**Data supplied:**
§ §
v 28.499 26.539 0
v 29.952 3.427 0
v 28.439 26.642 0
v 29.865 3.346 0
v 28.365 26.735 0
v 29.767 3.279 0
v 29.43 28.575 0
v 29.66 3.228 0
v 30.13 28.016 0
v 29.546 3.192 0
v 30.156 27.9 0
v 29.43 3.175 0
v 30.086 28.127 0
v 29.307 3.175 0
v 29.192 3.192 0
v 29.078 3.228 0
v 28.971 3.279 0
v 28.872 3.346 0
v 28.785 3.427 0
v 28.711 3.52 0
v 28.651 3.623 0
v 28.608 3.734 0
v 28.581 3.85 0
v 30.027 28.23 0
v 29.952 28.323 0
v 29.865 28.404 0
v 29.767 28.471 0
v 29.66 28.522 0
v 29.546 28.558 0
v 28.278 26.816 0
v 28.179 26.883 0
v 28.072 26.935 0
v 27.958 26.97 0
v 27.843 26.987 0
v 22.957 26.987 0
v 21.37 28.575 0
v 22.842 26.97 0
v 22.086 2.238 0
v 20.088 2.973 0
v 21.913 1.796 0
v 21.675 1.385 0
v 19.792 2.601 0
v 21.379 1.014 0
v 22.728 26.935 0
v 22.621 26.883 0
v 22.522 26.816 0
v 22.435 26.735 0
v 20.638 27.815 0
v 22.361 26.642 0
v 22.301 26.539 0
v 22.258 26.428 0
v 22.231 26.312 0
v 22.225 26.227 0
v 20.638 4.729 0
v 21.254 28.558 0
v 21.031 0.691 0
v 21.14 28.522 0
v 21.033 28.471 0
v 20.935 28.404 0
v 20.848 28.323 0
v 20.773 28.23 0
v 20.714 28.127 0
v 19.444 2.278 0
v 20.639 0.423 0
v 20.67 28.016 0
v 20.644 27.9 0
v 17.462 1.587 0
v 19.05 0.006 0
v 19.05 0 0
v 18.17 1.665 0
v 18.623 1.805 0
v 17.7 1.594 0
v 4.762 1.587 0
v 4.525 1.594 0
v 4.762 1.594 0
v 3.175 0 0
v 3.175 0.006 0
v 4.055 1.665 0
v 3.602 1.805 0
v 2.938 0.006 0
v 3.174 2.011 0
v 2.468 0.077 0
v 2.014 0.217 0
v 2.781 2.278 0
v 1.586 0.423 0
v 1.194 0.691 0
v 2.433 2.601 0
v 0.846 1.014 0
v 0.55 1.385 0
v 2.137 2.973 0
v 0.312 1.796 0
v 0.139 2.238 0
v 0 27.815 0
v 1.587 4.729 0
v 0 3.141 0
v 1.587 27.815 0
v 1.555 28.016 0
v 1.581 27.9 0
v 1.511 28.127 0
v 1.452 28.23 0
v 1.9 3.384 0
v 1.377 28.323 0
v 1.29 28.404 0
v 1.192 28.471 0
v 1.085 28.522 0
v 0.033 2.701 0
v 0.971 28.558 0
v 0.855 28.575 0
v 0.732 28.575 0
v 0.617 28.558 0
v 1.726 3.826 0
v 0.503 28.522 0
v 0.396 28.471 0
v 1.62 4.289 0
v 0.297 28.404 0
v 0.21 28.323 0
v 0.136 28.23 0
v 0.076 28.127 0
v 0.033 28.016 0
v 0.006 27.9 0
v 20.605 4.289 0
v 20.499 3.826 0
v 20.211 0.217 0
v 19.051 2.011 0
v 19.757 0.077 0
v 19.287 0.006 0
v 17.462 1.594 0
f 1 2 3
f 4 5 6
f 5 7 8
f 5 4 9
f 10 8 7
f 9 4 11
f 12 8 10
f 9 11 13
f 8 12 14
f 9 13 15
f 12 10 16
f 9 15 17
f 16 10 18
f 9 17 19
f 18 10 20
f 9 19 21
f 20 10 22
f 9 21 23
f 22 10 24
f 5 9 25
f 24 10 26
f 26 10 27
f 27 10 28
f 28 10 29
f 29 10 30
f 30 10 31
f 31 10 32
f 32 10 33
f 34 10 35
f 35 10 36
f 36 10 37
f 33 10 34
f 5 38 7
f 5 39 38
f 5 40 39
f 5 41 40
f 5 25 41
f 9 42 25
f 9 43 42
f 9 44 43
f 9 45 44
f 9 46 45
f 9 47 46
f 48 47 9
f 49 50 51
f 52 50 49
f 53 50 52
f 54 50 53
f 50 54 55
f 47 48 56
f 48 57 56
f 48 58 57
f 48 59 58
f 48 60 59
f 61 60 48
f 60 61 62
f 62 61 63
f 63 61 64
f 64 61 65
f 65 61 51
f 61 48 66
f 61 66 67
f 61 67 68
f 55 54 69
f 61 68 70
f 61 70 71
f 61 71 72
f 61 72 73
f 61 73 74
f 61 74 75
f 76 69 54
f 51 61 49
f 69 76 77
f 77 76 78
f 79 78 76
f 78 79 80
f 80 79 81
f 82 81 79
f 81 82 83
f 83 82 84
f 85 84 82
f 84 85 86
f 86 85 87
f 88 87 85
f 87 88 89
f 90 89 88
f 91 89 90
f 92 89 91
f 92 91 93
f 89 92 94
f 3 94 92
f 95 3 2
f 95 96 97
§ §
Repeat the whole listing exactly, keeping every line intact.

v 28.499 26.539 0
v 29.952 3.427 0
v 28.439 26.642 0
v 29.865 3.346 0
v 28.365 26.735 0
v 29.767 3.279 0
v 29.43 28.575 0
v 29.66 3.228 0
v 30.13 28.016 0
v 29.546 3.192 0
v 30.156 27.9 0
v 29.43 3.175 0
v 30.086 28.127 0
v 29.307 3.175 0
v 29.192 3.192 0
v 29.078 3.228 0
v 28.971 3.279 0
v 28.872 3.346 0
v 28.785 3.427 0
v 28.711 3.52 0
v 28.651 3.623 0
v 28.608 3.734 0
v 28.581 3.85 0
v 30.027 28.23 0
v 29.952 28.323 0
v 29.865 28.404 0
v 29.767 28.471 0
v 29.66 28.522 0
v 29.546 28.558 0
v 28.278 26.816 0
v 28.179 26.883 0
v 28.072 26.935 0
v 27.958 26.97 0
v 27.843 26.987 0
v 22.957 26.987 0
v 21.37 28.575 0
v 22.842 26.97 0
v 22.086 2.238 0
v 20.088 2.973 0
v 21.913 1.796 0
v 21.675 1.385 0
v 19.792 2.601 0
v 21.379 1.014 0
v 22.728 26.935 0
v 22.621 26.883 0
v 22.522 26.816 0
v 22.435 26.735 0
v 20.638 27.815 0
v 22.361 26.642 0
v 22.301 26.539 0
v 22.258 26.428 0
v 22.231 26.312 0
v 22.225 26.227 0
v 20.638 4.729 0
v 21.254 28.558 0
v 21.031 0.691 0
v 21.14 28.522 0
v 21.033 28.471 0
v 20.935 28.404 0
v 20.848 28.323 0
v 20.773 28.23 0
v 20.714 28.127 0
v 19.444 2.278 0
v 20.639 0.423 0
v 20.67 28.016 0
v 20.644 27.9 0
v 17.462 1.587 0
v 19.05 0.006 0
v 19.05 0 0
v 18.17 1.665 0
v 18.623 1.805 0
v 17.7 1.594 0
v 4.762 1.587 0
v 4.525 1.594 0
v 4.762 1.594 0
v 3.175 0 0
v 3.175 0.006 0
v 4.055 1.665 0
v 3.602 1.805 0
v 2.938 0.006 0
v 3.174 2.011 0
v 2.468 0.077 0
v 2.014 0.217 0
v 2.781 2.278 0
v 1.586 0.423 0
v 1.194 0.691 0
v 2.433 2.601 0
v 0.846 1.014 0
v 0.55 1.385 0
v 2.137 2.973 0
v 0.312 1.796 0
v 0.139 2.238 0
v 0 27.815 0
v 1.587 4.729 0
v 0 3.141 0
v 1.587 27.815 0
v 1.555 28.016 0
v 1.581 27.9 0
v 1.511 28.127 0
v 1.452 28.23 0
v 1.9 3.384 0
v 1.377 28.323 0
v 1.29 28.404 0
v 1.192 28.471 0
v 1.085 28.522 0
v 0.033 2.701 0
v 0.971 28.558 0
v 0.855 28.575 0
v 0.732 28.575 0
v 0.617 28.558 0
v 1.726 3.826 0
v 0.503 28.522 0
v 0.396 28.471 0
v 1.62 4.289 0
v 0.297 28.404 0
v 0.21 28.323 0
v 0.136 28.23 0
v 0.076 28.127 0
v 0.033 28.016 0
v 0.006 27.9 0
v 20.605 4.289 0
v 20.499 3.826 0
v 20.211 0.217 0
v 19.051 2.011 0
v 19.757 0.077 0
v 19.287 0.006 0
v 17.462 1.594 0
f 1 2 3
f 4 5 6
f 5 7 8
f 5 4 9
f 10 8 7
f 9 4 11
f 12 8 10
f 9 11 13
f 8 12 14
f 9 13 15
f 12 10 16
f 9 15 17
f 16 10 18
f 9 17 19
f 18 10 20
f 9 19 21
f 20 10 22
f 9 21 23
f 22 10 24
f 5 9 25
f 24 10 26
f 26 10 27
f 27 10 28
f 28 10 29
f 29 10 30
f 30 10 31
f 31 10 32
f 32 10 33
f 34 10 35
f 35 10 36
f 36 10 37
f 33 10 34
f 5 38 7
f 5 39 38
f 5 40 39
f 5 41 40
f 5 25 41
f 9 42 25
f 9 43 42
f 9 44 43
f 9 45 44
f 9 46 45
f 9 47 46
f 48 47 9
f 49 50 51
f 52 50 49
f 53 50 52
f 54 50 53
f 50 54 55
f 47 48 56
f 48 57 56
f 48 58 57
f 48 59 58
f 48 60 59
f 61 60 48
f 60 61 62
f 62 61 63
f 63 61 64
f 64 61 65
f 65 61 51
f 61 48 66
f 61 66 67
f 61 67 68
f 55 54 69
f 61 68 70
f 61 70 71
f 61 71 72
f 61 72 73
f 61 73 74
f 61 74 75
f 76 69 54
f 51 61 49
f 69 76 77
f 77 76 78
f 79 78 76
f 78 79 80
f 80 79 81
f 82 81 79
f 81 82 83
f 83 82 84
f 85 84 82
f 84 85 86
f 86 85 87
f 88 87 85
f 87 88 89
f 90 89 88
f 91 89 90
f 92 89 91
f 92 91 93
f 89 92 94
f 3 94 92
f 95 3 2
f 95 96 97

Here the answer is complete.